2004 Denver Annual Meeting (November 7–10, 2004)

Paper No. 9
Presentation Time: 4:00 PM


WAGONER, Laureen, Geology, Univ of California, One Shields Ave, Davis, CA 95616, SINGER, Michael J., LAWR, Univ of California, Davis, CA 95616 and DENG, Chenglong, Institute of Geology and Geophysics, Chinese Academy of Sciences, POB#9825, Beijing, 100029, China, wagoner@geology.ucdavis.edu

The Loess Plateau of north central China (CLP) contains a 2.5 ma record of paleoclimate change. The modern climate is dominated by alternation of the warm, wet summer and cold, dry and windy winter monsoons. Former glacial climates on the CLP were likely dominated by winter-monsoon-like conditions and enhanced loess deposition, whereas interglacials were dominated by summer-monsoon-like conditions conducive to rapid weathering and soil formation.

The purpose of this work is to compare the iron oxide/oxyhydroxide mineralogy contained within 2 loess-paleosol couplets collected from 2 sites on the CLP. Wiggle matching of sedimentary magnetic susceptibility variations with the marine SPECMAP d18O record has established that the S1/ L2 (paleosol and parent loess respectively) couplet represents the Last Interglacial soil and preceding OIS-6 glacial loess. The S5/L6 paleosol-loess pair corresponds to the MIS 13-15/16 interglacial and glacial stages respectively.

The study sites represent a transect from the drier northern Plateau margin to the wetter southern margin. The northern Shimao site is characterized by coarse silts and oxidized sands derived from proximal desert sources. The southern Wei'nan site is distal to the dust sources and is characterized by thin, clayey, highly weathered loess and paleosols containing abundant redoxymorphic concentrations.

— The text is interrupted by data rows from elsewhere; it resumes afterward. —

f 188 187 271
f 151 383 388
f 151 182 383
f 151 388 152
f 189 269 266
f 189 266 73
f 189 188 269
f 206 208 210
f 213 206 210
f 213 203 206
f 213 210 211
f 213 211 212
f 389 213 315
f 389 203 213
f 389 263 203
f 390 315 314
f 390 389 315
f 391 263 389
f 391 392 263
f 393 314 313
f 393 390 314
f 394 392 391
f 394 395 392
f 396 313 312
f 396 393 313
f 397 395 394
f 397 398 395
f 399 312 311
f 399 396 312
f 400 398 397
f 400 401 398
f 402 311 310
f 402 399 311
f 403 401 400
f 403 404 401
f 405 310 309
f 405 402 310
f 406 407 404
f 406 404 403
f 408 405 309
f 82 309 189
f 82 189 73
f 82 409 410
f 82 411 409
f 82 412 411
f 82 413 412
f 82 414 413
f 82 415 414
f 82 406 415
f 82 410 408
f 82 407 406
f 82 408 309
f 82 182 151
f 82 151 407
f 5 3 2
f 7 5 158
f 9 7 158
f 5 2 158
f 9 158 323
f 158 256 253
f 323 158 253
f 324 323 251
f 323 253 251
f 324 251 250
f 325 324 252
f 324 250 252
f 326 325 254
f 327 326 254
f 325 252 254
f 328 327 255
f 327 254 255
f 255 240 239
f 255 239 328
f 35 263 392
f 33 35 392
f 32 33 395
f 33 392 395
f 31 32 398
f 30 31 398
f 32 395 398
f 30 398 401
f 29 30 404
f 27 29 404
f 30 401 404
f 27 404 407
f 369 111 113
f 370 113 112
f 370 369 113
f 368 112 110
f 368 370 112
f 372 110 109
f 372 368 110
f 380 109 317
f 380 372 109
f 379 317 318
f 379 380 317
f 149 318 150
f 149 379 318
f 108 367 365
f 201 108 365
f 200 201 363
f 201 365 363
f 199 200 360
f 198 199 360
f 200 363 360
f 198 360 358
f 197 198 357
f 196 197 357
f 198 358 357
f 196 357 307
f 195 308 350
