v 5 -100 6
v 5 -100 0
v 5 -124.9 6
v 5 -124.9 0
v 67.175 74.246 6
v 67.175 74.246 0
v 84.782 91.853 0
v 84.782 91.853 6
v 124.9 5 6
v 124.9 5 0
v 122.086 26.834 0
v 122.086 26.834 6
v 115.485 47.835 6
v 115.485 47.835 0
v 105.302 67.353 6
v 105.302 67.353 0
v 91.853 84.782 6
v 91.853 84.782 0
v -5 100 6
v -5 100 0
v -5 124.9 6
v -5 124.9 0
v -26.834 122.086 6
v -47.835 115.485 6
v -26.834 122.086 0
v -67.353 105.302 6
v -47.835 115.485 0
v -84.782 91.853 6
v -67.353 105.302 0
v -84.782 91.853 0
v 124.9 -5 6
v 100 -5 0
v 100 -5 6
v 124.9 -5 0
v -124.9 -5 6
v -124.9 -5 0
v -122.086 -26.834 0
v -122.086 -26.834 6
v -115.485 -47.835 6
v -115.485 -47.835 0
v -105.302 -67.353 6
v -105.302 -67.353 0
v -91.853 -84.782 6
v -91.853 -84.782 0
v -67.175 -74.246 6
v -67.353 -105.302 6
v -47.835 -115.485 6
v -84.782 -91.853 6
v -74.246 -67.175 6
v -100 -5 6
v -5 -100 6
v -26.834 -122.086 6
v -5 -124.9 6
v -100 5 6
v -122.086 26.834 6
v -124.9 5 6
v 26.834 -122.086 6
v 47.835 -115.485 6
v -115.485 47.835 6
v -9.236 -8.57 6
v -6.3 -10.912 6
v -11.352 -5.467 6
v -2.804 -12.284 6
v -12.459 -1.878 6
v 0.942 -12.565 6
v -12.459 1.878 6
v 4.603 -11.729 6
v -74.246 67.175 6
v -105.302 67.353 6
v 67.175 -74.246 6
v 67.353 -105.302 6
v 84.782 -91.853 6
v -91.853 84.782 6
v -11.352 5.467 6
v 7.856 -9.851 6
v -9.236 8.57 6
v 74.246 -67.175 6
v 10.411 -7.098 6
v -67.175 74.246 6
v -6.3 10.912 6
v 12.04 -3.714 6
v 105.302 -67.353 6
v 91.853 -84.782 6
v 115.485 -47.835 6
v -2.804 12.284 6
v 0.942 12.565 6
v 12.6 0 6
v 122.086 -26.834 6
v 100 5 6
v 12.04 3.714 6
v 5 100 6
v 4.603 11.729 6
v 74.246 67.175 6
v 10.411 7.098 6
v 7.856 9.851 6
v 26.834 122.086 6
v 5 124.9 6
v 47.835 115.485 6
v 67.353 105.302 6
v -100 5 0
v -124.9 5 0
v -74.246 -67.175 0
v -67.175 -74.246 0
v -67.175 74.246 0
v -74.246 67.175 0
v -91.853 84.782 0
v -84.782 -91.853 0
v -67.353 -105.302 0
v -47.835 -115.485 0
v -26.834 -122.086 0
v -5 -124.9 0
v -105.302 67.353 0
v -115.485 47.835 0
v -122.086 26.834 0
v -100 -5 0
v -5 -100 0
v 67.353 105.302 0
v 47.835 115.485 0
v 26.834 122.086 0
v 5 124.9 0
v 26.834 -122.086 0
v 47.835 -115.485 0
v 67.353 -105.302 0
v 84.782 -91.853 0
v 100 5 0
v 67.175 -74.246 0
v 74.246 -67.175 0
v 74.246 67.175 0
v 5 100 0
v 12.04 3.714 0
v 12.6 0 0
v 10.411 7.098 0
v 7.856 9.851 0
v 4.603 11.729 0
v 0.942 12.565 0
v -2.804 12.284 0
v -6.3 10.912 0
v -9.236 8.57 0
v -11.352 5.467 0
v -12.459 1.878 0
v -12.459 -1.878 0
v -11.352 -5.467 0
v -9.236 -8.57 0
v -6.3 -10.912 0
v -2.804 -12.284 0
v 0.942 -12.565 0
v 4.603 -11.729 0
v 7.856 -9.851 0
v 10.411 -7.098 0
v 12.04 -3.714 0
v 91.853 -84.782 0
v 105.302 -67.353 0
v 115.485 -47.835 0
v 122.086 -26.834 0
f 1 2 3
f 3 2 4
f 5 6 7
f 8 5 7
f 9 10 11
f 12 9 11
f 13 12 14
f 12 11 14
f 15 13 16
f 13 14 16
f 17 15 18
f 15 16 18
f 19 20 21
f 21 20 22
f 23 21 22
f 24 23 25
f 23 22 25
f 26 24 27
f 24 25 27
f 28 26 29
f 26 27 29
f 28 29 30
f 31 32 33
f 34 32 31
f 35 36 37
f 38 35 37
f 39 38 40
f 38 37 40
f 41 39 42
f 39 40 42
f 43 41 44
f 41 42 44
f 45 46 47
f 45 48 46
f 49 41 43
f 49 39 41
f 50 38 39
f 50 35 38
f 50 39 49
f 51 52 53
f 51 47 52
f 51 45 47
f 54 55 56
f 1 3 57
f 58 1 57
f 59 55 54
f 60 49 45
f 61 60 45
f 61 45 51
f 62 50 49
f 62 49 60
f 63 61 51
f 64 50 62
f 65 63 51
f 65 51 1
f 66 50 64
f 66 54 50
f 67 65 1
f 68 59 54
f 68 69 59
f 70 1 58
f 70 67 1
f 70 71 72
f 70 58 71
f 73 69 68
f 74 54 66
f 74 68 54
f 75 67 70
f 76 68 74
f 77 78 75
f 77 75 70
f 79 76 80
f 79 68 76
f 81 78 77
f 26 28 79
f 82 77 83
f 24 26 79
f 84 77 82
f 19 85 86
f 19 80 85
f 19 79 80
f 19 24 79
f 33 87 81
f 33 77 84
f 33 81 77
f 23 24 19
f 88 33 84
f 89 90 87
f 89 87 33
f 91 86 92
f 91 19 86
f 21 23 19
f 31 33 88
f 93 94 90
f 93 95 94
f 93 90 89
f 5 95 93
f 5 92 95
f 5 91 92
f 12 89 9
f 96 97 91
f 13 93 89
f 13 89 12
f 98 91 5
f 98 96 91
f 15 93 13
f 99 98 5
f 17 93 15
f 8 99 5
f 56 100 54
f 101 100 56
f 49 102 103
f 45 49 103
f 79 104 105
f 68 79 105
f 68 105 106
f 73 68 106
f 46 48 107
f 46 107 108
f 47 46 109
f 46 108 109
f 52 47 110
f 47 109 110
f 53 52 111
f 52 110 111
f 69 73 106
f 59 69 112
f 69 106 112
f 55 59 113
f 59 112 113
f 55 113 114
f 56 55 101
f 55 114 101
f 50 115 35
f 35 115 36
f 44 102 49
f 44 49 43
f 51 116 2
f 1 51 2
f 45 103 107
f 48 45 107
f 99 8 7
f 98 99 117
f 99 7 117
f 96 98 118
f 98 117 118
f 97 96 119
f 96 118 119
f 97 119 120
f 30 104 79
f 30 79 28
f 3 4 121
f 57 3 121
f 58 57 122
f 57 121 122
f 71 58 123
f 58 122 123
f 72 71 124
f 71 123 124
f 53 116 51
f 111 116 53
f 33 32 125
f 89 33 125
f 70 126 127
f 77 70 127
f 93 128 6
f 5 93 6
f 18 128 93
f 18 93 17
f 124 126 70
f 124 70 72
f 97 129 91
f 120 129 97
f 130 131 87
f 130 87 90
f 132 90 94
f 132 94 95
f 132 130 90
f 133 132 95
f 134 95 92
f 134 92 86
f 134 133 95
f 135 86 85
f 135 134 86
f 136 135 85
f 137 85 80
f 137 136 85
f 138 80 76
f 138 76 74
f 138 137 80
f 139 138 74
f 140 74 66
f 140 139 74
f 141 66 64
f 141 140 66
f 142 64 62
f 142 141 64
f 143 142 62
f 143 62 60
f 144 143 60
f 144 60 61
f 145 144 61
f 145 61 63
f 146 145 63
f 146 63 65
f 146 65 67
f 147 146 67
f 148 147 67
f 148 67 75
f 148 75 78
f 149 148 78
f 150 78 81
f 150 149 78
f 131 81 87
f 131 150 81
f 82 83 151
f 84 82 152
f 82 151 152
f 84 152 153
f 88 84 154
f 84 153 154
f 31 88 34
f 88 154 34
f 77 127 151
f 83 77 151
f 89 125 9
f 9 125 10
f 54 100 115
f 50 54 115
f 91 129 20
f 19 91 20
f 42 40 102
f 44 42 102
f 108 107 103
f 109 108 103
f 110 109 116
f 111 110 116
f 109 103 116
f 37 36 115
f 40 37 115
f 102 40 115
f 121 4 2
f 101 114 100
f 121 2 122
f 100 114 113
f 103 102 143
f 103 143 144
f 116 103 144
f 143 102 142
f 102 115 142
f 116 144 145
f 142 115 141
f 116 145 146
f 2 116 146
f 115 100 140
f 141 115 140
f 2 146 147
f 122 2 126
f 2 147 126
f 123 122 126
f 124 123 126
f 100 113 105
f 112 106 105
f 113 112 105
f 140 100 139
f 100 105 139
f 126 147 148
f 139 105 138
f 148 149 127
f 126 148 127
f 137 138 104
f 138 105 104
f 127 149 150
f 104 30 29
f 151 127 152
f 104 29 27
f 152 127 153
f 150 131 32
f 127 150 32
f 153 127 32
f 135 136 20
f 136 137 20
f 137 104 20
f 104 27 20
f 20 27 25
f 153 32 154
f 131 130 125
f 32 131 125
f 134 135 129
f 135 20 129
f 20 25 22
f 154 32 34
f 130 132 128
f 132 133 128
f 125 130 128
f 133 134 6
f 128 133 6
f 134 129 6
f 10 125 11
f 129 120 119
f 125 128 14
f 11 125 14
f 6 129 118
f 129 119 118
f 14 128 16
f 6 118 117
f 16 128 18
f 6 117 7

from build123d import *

# Parameters (mm, degrees)
ESQUISSE1_R                  = 125
ESQUISSE1_R_2                = 12.6
BOSS_EXTRU_1_DEPTH           = 6
ESQUISSE2_W                  = 10
ESQUISSE2_H                  = 25
ENL_V_MAT_EXTRU_1_DEPTH      = 7
R_P_TITION_CIRCULAIRE1_COUNT = 8


with BuildPart() as part:
    # Esquisse1 → Boss.-Extru.1 (new body)
    with BuildSketch(Plane.XY):
        Circle(ESQUISSE1_R)
        Circle(ESQUISSE1_R_2, mode=Mode.SUBTRACT)
    extrude(amount=BOSS_EXTRU_1_DEPTH)

    # Esquisse2 → Enlèv. mat.-Extru.1 (cut, through all)
    with BuildSketch(Plane(origin=(0, 0, 0), x_dir=(-1, 0, 0), z_dir=(0, 0, -1))):
        with Locations((0, 112.5)):
            Rectangle(ESQUISSE2_W, ESQUISSE2_H)
    enl_v_mat_extru_1 = extrude(amount=-ENL_V_MAT_EXTRU_1_DEPTH, mode=Mode.SUBTRACT)

    # Répétition circulaire1: Enlèv. mat.-Extru.1 ×8 about axis
    r_p_tition_circulaire1_axis = Axis((0, 0, 0), (0, 0, 1))
    for i in range(1, R_P_TITION_CIRCULAIRE1_COUNT):
        add(enl_v_mat_extru_1.rotate(r_p_tition_circulaire1_axis, i * 360 / R_P_TITION_CIRCULAIRE1_COUNT), mode=Mode.SUBTRACT)


solid = part.part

This project compares iron oxide mineral occurrence in loess and paleosols on an intra-site and regional basis. Oxide mineral variation within loess-paleosol couplets includes differences in grain size, mineralogy and origin. Silt to clay-size oxides are transported, whereas submicron oxides are formed in situ, often as coatings. Oxide mineral phases differ at the nanoscale in structure and reactivity compared to their macroscopic equivalents. The goal of this work is to establish correlations between the nanoscale iron oxides and the soil environmental conditions of their formation.

Bulk pedogenic iron oxides have been isolated and will be examined via analytical TEM for crystal chemistry and structure. This and surface scaling patterns will be used to help distinguish discrete populations of minerals. Finally, oxygen isotopes of iron oxides will be measured to directly compare regional hydrologic conditions with global proxies of climate change.